Case IH Customers Meet Sugarcane Leading Experts in Thailand

The sugarcane industry has experienced a very rapid transition over the last forty years with sugarcane now ranking between the ten most planted crops all over the world and accounting for about 80% of the world’s sugar production.

As stated by OECD-FAO, over the next 10 years, 83% of the global increase in sugar output is projected to originate in developing countries, where major changes in global production are expected in India (+20%), followed by China (+11%), Brazil (+11%), Thailand (+9%) and the European Union (+5%). Growth in world sugar production is expected to slow to 1.5% p.a. over the projection period compared to 2.0% p.a. in the previous decade. But most of the production increases are expected to occur in developing countries which will represent 77% of global sugar production in 2027 (compared to 76% during the base period).

Recognising that the only way to increase production is through close collaboration of all major sugarcane stakeholders, Case IH recently organised the 2019 South East Asia Sugarcane Summit in Thailand where sugarcane growers, millers and other industry representatives from throughout the world gathered together for the first major initiative of this type in South East Asia.

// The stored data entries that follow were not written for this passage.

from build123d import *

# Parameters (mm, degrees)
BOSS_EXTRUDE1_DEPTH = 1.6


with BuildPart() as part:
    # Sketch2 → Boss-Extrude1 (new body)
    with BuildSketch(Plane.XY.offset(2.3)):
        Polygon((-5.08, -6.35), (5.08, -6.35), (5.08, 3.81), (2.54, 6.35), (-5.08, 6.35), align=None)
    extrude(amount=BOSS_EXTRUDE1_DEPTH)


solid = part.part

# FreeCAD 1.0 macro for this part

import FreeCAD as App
import Part
import Sketcher
Q = App.Units.Quantity


def add_polygon(sketch, points):
    """Adds a closed chain of lines whose ends are joined by coincident constraints."""
    first, n = sketch.GeometryCount, len(points)
    for a, b in zip(points, points[1:] + points[:1]):
        sketch.addGeometry(Part.LineSegment(App.Vector(*a, 0), App.Vector(*b, 0)), False)
    for i in range(n):
        sketch.addConstraint(Sketcher.Constraint("Coincident", first + i, 2, first + (i + 1) % n, 1))

doc = App.newDocument("Part")
body = doc.addObject("PartDesign::Body", "Body")

sketch1 = body.newObject("Sketcher::SketchObject", "Sketch")
sketch1.AttachmentSupport = (doc.getObject("XY_Plane"), [""])
sketch1.MapMode = "FlatFace"
sketch1.AttachmentOffset = App.Placement(App.Vector(0, 0, 2.3), App.Rotation())
add_polygon(sketch1, [(-5.1, -6.3), (5.1, -6.3), (5.1, 3.8), (2.5, 6.3), (-5.1, 6.3)])
sketch1.addConstraint(Sketcher.Constraint("Horizontal", 0))
sketch1.addConstraint(Sketcher.Constraint("Vertical", 1))
sketch1.addConstraint(Sketcher.Constraint("Horizontal", 3))
sketch1.addConstraint(Sketcher.Constraint("Vertical", 4))
sketch1.addConstraint(Sketcher.Constraint("Symmetric", 0, 2, 3, 2, -1, 1))
sketch1.addConstraint(Sketcher.Constraint("Equal", 0, 1))
sketch1.addConstraint(Sketcher.Constraint("DistanceX", 0, 1, 0, 2, Q("0.4 in")))
sketch1.addConstraint(Sketcher.Constraint("DistanceX", 3, 2, 3, 1, Q("0.3 in")))
sketch1.addConstraint(Sketcher.Constraint("DistanceY", 4, 2, 4, 1, Q("0.5 in")))
pad1 = body.newObject("PartDesign::Pad", "Pad")
pad1.Profile = sketch1
pad1.Length = 1.6

doc.recompute()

Case IH team at the 2019 South East Asia Sugarcane Summit in Thailand.

The Summit brought together over 130 sugarcane professionals to discuss innovation, sustainability and profitability in the sugarcane industry. The event was also the occasion to celebrate the 75th anniversary of the Case IH Austoft® sugarcane harvester marking a significant milestone and a proud moment for the Case IH brand.

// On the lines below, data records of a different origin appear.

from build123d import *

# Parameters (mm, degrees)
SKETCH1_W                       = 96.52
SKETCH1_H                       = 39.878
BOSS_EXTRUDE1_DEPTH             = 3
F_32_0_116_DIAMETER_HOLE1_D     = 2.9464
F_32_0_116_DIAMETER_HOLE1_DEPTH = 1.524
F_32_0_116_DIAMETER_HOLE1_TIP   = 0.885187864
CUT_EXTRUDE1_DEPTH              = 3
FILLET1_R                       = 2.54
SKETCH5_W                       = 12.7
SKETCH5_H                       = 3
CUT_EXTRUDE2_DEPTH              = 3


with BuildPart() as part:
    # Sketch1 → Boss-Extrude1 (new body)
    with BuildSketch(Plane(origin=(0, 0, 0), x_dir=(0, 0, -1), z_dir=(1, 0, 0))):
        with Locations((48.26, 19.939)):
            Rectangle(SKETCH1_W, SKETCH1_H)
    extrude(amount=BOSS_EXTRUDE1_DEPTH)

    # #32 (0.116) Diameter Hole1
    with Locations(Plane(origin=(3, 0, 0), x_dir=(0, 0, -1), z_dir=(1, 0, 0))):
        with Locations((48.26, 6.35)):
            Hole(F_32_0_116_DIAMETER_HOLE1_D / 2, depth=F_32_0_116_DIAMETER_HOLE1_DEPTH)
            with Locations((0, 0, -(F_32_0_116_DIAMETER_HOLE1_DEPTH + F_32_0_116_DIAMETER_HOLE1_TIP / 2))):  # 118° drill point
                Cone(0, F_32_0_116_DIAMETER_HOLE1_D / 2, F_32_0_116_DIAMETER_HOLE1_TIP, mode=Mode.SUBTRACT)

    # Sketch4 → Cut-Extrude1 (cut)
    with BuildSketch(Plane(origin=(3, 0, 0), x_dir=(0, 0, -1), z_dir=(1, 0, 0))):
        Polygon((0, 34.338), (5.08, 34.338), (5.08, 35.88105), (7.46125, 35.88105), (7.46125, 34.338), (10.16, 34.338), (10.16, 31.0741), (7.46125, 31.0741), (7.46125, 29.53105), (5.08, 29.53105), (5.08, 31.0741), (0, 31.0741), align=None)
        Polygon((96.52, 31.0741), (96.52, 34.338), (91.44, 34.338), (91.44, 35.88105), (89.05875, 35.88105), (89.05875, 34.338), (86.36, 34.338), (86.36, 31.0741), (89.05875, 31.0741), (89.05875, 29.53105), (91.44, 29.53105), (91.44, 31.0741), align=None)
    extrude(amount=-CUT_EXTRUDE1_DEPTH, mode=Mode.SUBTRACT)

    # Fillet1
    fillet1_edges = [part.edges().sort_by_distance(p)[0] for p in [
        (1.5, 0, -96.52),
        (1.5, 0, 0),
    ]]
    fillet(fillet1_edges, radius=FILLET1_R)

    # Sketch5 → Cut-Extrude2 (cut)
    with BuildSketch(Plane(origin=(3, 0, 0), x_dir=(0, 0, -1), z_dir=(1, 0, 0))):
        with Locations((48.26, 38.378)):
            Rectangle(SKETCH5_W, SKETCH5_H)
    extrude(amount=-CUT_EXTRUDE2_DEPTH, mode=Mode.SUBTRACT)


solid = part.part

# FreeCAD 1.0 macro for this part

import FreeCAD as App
import Part
import Sketcher
from FreeCAD import Vector
Q = App.Units.Quantity


def edges_at(feature, points):
    """Names of the edges that pass closest to the given points."""
    edges = feature.Shape.Edges
    near = lambda p: min(range(len(edges)), key=lambda i: edges[i].distToShape(Part.Vertex(*p))[0])
    return sorted({f"Edge{near(p) + 1}" for p in points})

doc = App.newDocument("Part")
body = doc.addObject("PartDesign::Body", "Body")

sketch1 = doc.addObject("Sketcher::SketchObject", "Sketch")
body.addObject(sketch1)
sketch1.AttachmentSupport = (doc.YZ_Plane, [""])
sketch1.MapMode = "FlatFace"
sketch1.addGeometry(Part.LineSegment(Vector(39.878, 0, 0), Vector(0, 0, 0)), False)
sketch1.addGeometry(Part.LineSegment(Vector(0, 0, 0), Vector(0, -96.52, 0)), False)
sketch1.addGeometry(Part.LineSegment(Vector(0, -96.52, 0), Vector(39.878, -96.52, 0)), False)
sketch1.addGeometry(Part.LineSegment(Vector(39.878, -96.52, 0), Vector(39.878, 0, 0)), False)
sketch1.addConstraint(Sketcher.Constraint("Coincident", 0, 2, 1, 1))
sketch1.addConstraint(Sketcher.Constraint("Coincident", 1, 2, 2, 1))
sketch1.addConstraint(Sketcher.Constraint("Coincident", 2, 2, 3, 1))
sketch1.addConstraint(Sketcher.Constraint("Coincident", 3, 2, 0, 1))
sketch1.addConstraint(Sketcher.Constraint("Horizontal", 0))
sketch1.addConstraint(Sketcher.Constraint("Vertical", 1))
sketch1.addConstraint(Sketcher.Constraint("Horizontal", 2))
sketch1.addConstraint(Sketcher.Constraint("Vertical", 3))
sketch1.addConstraint(Sketcher.Constraint("Coincident", 0, 2, -1, 1))
sketch1.addConstraint(Sketcher.Constraint("DistanceY", 1, 2, 1, 1, Q("3.8 in")))
sketch1.addConstraint(Sketcher.Constraint("DistanceX", 0, 2, 0, 1, Q("1.57 in")))
pad1 = doc.addObject("PartDesign::Pad", "Pad")
body.addObject(pad1)
pad1.Profile = sketch1
pad1.Length = 3

sketch2 = doc.addObject("Sketcher::SketchObject", "Sketch001")
body.addObject(sketch2)
sketch2.AttachmentSupport = (doc.YZ_Plane, [""])
sketch2.MapMode = "FlatFace"
sketch2.AttachmentOffset = App.Placement(Vector(0, 0, 3), App.Rotation())
sketch2.addGeometry(Part.Circle(Vector(6.35, -48.26, 0), Vector(0, 0, 1), 1.4732), False)
sketch2.addConstraint(Sketcher.Constraint("Diameter", 0, Q("0.116 in")))
sketch2.addConstraint(Sketcher.Constraint("DistanceY", 0, 3, -1, 1, Q("1.9 in")))
sketch2.addConstraint(Sketcher.Constraint("DistanceX", -1, 1, 0, 3, Q("0.25 in")))
doc.recompute()
hole = doc.addObject("PartDesign::Hole", "Hole")
body.addObject(hole)
hole.Profile = sketch2
hole.ThreadType = "None"
hole.Diameter = Q("0.116 in")
hole.DepthType = "Dimension"
hole.Depth = Q("0.06 in")
hole.DrillPoint = "Angled"
hole.DrillPointAngle = 118

sketch3 = doc.addObject("Sketcher::SketchObject", "Sketch002")
body.addObject(sketch3)
sketch3.AttachmentSupport = (doc.YZ_Plane, [""])
sketch3.MapMode = "FlatFace"
sketch3.AttachmentOffset = App.Placement(Vector(0, 0, 3), App.Rotation())
sketch3.addGeometry(Part.LineSegment(Vector(34.338, -5.08, 0), Vector(34.338, 0, 0)), False)
sketch3.addGeometry(Part.LineSegment(Vector(34.338, 0, 0), Vector(31.0741, 0, 0)), False)
sketch3.addGeometry(Part.LineSegment(Vector(31.0741, 0, 0), Vector(31.0741, -5.08, 0)), False)
sketch3.addGeometry(Part.LineSegment(Vector(31.0741, -5.08, 0), Vector(29.53105, -5.08, 0)), False)
sketch3.addGeometry(Part.LineSegment(Vector(29.53105, -5.08, 0), Vector(29.53105, -7.46125, 0)), False)
sketch3.addGeometry(Part.LineSegment(Vector(29.53105, -7.46125, 0), Vector(31.0741, -7.46125, 0)), False)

Emre Karazli, CNH Industrial Business Director, Agriculture, South East Asia & Japan

The demand for sugar-producing crops can be attributed to the increased consumption of sugar in human diets and the value-added processes performed on the by-products of the crop such as bagasse, molasses and ethanol.

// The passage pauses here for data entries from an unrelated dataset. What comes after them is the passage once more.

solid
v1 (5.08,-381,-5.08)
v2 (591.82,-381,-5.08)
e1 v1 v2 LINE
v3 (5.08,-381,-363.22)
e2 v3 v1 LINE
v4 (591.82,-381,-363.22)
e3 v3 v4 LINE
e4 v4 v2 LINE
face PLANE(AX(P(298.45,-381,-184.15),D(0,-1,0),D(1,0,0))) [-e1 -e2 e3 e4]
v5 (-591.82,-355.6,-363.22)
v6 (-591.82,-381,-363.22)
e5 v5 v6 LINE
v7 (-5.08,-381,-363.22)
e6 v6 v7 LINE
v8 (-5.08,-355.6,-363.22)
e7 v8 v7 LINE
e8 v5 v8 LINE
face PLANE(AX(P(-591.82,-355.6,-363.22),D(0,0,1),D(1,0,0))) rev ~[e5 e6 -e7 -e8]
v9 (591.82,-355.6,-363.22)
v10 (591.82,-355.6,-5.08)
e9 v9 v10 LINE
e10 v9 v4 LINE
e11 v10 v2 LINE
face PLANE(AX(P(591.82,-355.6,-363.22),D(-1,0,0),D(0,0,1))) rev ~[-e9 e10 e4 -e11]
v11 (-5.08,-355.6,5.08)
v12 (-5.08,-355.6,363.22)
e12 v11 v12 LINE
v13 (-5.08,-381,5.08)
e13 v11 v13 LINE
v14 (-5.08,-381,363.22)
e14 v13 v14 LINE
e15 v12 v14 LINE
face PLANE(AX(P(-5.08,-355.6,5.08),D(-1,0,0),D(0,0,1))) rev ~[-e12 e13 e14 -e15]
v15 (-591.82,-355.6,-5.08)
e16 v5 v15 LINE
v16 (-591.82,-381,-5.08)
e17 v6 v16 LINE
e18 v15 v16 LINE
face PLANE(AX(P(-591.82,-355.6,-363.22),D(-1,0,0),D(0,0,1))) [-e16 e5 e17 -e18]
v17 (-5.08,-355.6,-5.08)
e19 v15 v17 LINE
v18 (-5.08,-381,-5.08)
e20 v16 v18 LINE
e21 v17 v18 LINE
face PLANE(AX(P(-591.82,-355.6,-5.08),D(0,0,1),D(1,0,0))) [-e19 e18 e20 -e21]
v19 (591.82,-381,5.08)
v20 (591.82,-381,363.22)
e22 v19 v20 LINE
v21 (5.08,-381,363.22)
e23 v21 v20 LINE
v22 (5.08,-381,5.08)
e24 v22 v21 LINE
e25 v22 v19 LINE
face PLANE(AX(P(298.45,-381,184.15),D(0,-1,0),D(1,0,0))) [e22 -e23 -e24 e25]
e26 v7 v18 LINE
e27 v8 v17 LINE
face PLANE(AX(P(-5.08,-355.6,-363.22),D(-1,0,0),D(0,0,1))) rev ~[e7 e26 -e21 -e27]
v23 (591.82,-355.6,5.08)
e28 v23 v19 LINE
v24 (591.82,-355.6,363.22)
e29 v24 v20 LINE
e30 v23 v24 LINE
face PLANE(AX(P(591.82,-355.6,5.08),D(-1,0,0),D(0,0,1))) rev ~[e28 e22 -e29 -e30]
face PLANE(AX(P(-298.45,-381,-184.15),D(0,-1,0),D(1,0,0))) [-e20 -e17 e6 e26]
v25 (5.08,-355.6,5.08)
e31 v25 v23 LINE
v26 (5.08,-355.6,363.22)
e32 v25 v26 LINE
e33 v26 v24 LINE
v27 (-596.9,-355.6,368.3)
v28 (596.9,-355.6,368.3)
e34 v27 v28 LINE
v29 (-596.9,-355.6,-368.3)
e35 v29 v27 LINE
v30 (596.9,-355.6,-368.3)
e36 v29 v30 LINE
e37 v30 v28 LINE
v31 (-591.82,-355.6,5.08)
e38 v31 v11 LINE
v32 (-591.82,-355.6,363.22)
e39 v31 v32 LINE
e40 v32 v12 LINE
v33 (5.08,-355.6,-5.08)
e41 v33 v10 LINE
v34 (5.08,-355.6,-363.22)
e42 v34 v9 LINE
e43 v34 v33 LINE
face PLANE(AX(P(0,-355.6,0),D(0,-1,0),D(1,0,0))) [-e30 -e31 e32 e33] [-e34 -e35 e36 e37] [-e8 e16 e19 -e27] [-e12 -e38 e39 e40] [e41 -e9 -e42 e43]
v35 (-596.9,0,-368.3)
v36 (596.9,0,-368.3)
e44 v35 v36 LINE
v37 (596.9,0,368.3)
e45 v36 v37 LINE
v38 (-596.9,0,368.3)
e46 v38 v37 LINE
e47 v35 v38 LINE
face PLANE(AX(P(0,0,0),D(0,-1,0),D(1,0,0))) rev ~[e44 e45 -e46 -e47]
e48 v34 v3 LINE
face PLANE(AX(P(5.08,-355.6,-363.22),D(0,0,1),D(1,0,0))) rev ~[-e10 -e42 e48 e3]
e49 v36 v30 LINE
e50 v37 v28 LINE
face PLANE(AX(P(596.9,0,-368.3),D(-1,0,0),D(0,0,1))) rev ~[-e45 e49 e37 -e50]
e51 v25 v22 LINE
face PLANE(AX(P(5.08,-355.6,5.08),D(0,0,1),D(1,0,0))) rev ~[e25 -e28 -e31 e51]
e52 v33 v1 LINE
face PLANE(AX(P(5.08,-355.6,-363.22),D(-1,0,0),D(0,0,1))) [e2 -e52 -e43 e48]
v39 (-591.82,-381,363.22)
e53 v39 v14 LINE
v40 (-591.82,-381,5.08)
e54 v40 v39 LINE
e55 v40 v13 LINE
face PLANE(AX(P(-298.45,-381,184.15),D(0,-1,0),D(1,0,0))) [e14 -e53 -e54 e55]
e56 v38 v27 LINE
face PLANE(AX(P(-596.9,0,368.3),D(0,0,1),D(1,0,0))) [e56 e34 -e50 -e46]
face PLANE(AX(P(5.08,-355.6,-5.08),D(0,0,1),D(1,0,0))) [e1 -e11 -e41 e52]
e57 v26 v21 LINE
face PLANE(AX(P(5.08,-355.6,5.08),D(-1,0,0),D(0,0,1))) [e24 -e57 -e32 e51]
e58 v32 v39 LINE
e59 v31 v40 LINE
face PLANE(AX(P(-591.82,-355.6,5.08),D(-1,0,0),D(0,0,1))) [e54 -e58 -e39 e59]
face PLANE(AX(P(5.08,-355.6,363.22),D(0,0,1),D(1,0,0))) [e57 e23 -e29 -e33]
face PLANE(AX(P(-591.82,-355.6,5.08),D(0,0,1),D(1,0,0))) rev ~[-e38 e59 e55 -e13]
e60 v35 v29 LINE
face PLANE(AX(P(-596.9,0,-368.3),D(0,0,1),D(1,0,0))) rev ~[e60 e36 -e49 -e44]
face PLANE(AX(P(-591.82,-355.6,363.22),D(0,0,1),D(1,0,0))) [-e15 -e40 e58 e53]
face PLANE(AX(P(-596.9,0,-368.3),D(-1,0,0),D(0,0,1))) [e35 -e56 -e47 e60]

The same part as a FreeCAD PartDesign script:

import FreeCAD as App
import Part
import Sketcher
Q = App.Units.Quantity


def add_polygon(sketch, points):
    """Adds a closed chain of lines whose ends are joined by coincident constraints."""
    first, n = sketch.GeometryCount, len(points)
    for a, b in zip(points, points[1:] + points[:1]):
        sketch.addGeometry(Part.LineSegment(App.Vector(*a, 0), App.Vector(*b, 0)), False)
    for i in range(n):
        sketch.addConstraint(Sketcher.Constraint("Coincident", first + i, 2, first + (i + 1) % n, 1))

doc = App.newDocument("Part")
params = doc.addObject("Spreadsheet::Sheet", "Params")
for row, (alias, value) in enumerate([
    ("sketch1_width", "47 in"),
    ("sketch1_height", "29 in"),
    ("pad1_length", "14 in"),
    ("sketch2_width", "23.1 in"),
    ("sketch2_height", "14.1 in"),
    ("pad2_length", "1 in"),
], start=1):
    params.set(f"A{row}", alias)
    params.set(f"B{row}", "=" + value)
    params.setAlias(f"B{row}", alias)

body = doc.addObject("PartDesign::Body", "Body")

# Sketch on XZ plane
sketch1 = body.newObject("Sketcher::SketchObject", "Sketch")
sketch1.AttachmentSupport = (doc.getObject("XZ_Plane"), [""])
sketch1.MapMode = "FlatFace"
add_polygon(sketch1, [(-596.9, 368.3), (-596.9, -368.3), (596.9, -368.3), (596.9, 368.3)])  # lines 0-3
sketch1.addConstraint(Sketcher.Constraint("Vertical", 0))
sketch1.addConstraint(Sketcher.Constraint("Horizontal", 1))
sketch1.addConstraint(Sketcher.Constraint("Vertical", 2))
sketch1.addConstraint(Sketcher.Constraint("Horizontal", 3))
sketch1.addConstraint(Sketcher.Constraint("Symmetric", 0, 2, 2, 2, -1, 1))
sketch1.addConstraint(Sketcher.Constraint("DistanceX", 1, 1, 1, 2, Q("47 in")))
sketch1.addConstraint(Sketcher.Constraint("DistanceY", 0, 2, 0, 1, Q("29 in")))
sketch1.setExpression("Constraints[9]", "Params.sketch1_width")
sketch1.setExpression("Constraints[10]", "Params.sketch1_height")
pad1 = body.newObject("PartDesign::Pad", "Pad")
pad1.Profile = sketch1
pad1.setExpression("Length", "Params.pad1_length")

# Sketch on XZ plane
sketch2 = body.newObject("Sketcher::SketchObject", "Sketch001")
sketch2.AttachmentSupport = (doc.getObject("XZ_Plane"), [""])
sketch2.MapMode = "FlatFace"
sketch2.AttachmentOffset = App.Placement(App.Vector(0, 0, 14 * 25.4), App.Rotation())
add_polygon(sketch2, [(5.08, 363.22), (5.08, 5.08), (591.82, 5.08), (591.82, 363.22)])  # lines 0-3
add_polygon(sketch2, [(5.08, -5.08), (5.08, -363.22), (591.82, -363.22), (591.82, -5.08)])  # lines 4-7
add_polygon(sketch2, [(-591.82, -5.08), (-591.82, -363.22), (-5.08, -363.22), (-5.08, -5.08)])  # lines 8-11
add_polygon(sketch2, [(-591.82, 363.22), (-591.82, 5.08), (-5.08, 5.08), (-5.08, 363.22)])  # lines 12-15
sketch2.addConstraint(Sketcher.Constraint("Vertical", 0))
sketch2.addConstraint(Sketcher.Constraint("Horizontal", 1))
sketch2.addConstraint(Sketcher.Constraint("Vertical", 2))
sketch2.addConstraint(Sketcher.Constraint("Horizontal", 3))
sketch2.addConstraint(Sketcher.Constraint("Vertical", 4))
sketch2.addConstraint(Sketcher.Constraint("Horizontal", 5))
sketch2.addConstraint(Sketcher.Constraint("Vertical", 6))
sketch2.addConstraint(Sketcher.Constraint("Horizontal", 7))
sketch2.addConstraint(Sketcher.Constraint("Vertical", 8))
sketch2.addConstraint(Sketcher.Constraint("Horizontal", 9))
sketch2.addConstraint(Sketcher.Constraint("Vertical", 10))
sketch2.addConstraint(Sketcher.Constraint("Horizontal", 11))
sketch2.addConstraint(Sketcher.Constraint("Vertical", 12))
sketch2.addConstraint(Sketcher.Constraint("Horizontal", 13))
sketch2.addConstraint(Sketcher.Constraint("Vertical", 14))
sketch2.addConstraint(Sketcher.Constraint("Horizontal", 15))
sketch2.addConstraint(Sketcher.Constraint("Symmetric", 2, 2, 8, 2, -1, 1))
sketch2.addConstraint(Sketcher.Constraint("Symmetric", 0, 2, 10, 2, -1, 1))
sketch2.addConstraint(Sketcher.Constraint("Symmetric", 6, 2, 12, 2, -1, 1))
sketch2.addConstraint(Sketcher.Constraint("Symmetric", 4, 2, 14, 2, -1, 1))
sketch2.addConstraint(Sketcher.Constraint("Symmetric", 5, 2, 8, 2, -2))
sketch2.addConstraint(Sketcher.Constraint("Symmetric", 7, 2, 10, 2, -2))
sketch2.addConstraint(Sketcher.Constraint("DistanceX", 1, 1, 1, 2, Q("23.1 in")))
sketch2.addConstraint(Sketcher.Constraint("DistanceY", 0, 2, 0, 1, Q("14.1 in")))
sketch2.addConstraint(Sketcher.Constraint("DistanceX", -1, 1, 0, 2, Q("0.2 in")))
sketch2.addConstraint(Sketcher.Constraint("DistanceY", -1, 1, 0, 2, Q("0.2 in")))
sketch2.setExpression("Constraints[38]", "Params.sketch2_width")
sketch2.setExpression("Constraints[39]", "Params.sketch2_height")
pad2 = body.newObject("PartDesign::Pad", "Pad001")
pad2.Profile = sketch2
pad2.setExpression("Length", "Params.pad2_length")

doc.recompute()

In this process of growth around the world, Case IH wants to be on the side of sugarcane growers and millers, not only supplying highly advanced machinery but also leading the field with sugarcane harvesting technology, promoting sustainable practises, excellent cane quality and ultra-clean samples.

Jaime Finguerut, Director and Board member at ITC - Instituto de Tecnologia Canavieira (left) and Ken Schmidt, Case IH Product Performance Manager– Austoft (right)
Weerayut Sangchan, Owner/Operator of the first Case IH multi-row sugarcane harvester outside of Brazil

During the 2019 South East Asia Sugarcane Summit speakers from Australia, Brazil, China, Thailand and many other South East Asian countries addressed key subjects of high importance for the industry including how alternative farming practises can increase yield; best practices on water usage, optimisation of the sugarcane waste stream and improvement of the health of cane cutters; modern methods of planting sugarcane for South East Asia; the advantages of Case IH sugarcane harvesters; telematics systems and precision guidance with practical demonstration for guests; and the history of Austoft sugarcane harvester over the past 75 years.

Michele Monzio, Case IH Austoft Product Manager, Asia, Middle East and Africa, said: “With 75 years of expertise in the field, we have worked with growers and millers to develop our harvesting technology which has revolutionised sugarcane farming throughout the world”.

“Our Summit participants represented eight major markets in Asia, all of which have benefited from Austoft technology since at least 2009 when the Austoft 8000 Series was launched. To date over 750 Austoft sugarcane harvesters have been sold in South East Asia and China, and we are very proud to have such a good relationship with growers and millers.”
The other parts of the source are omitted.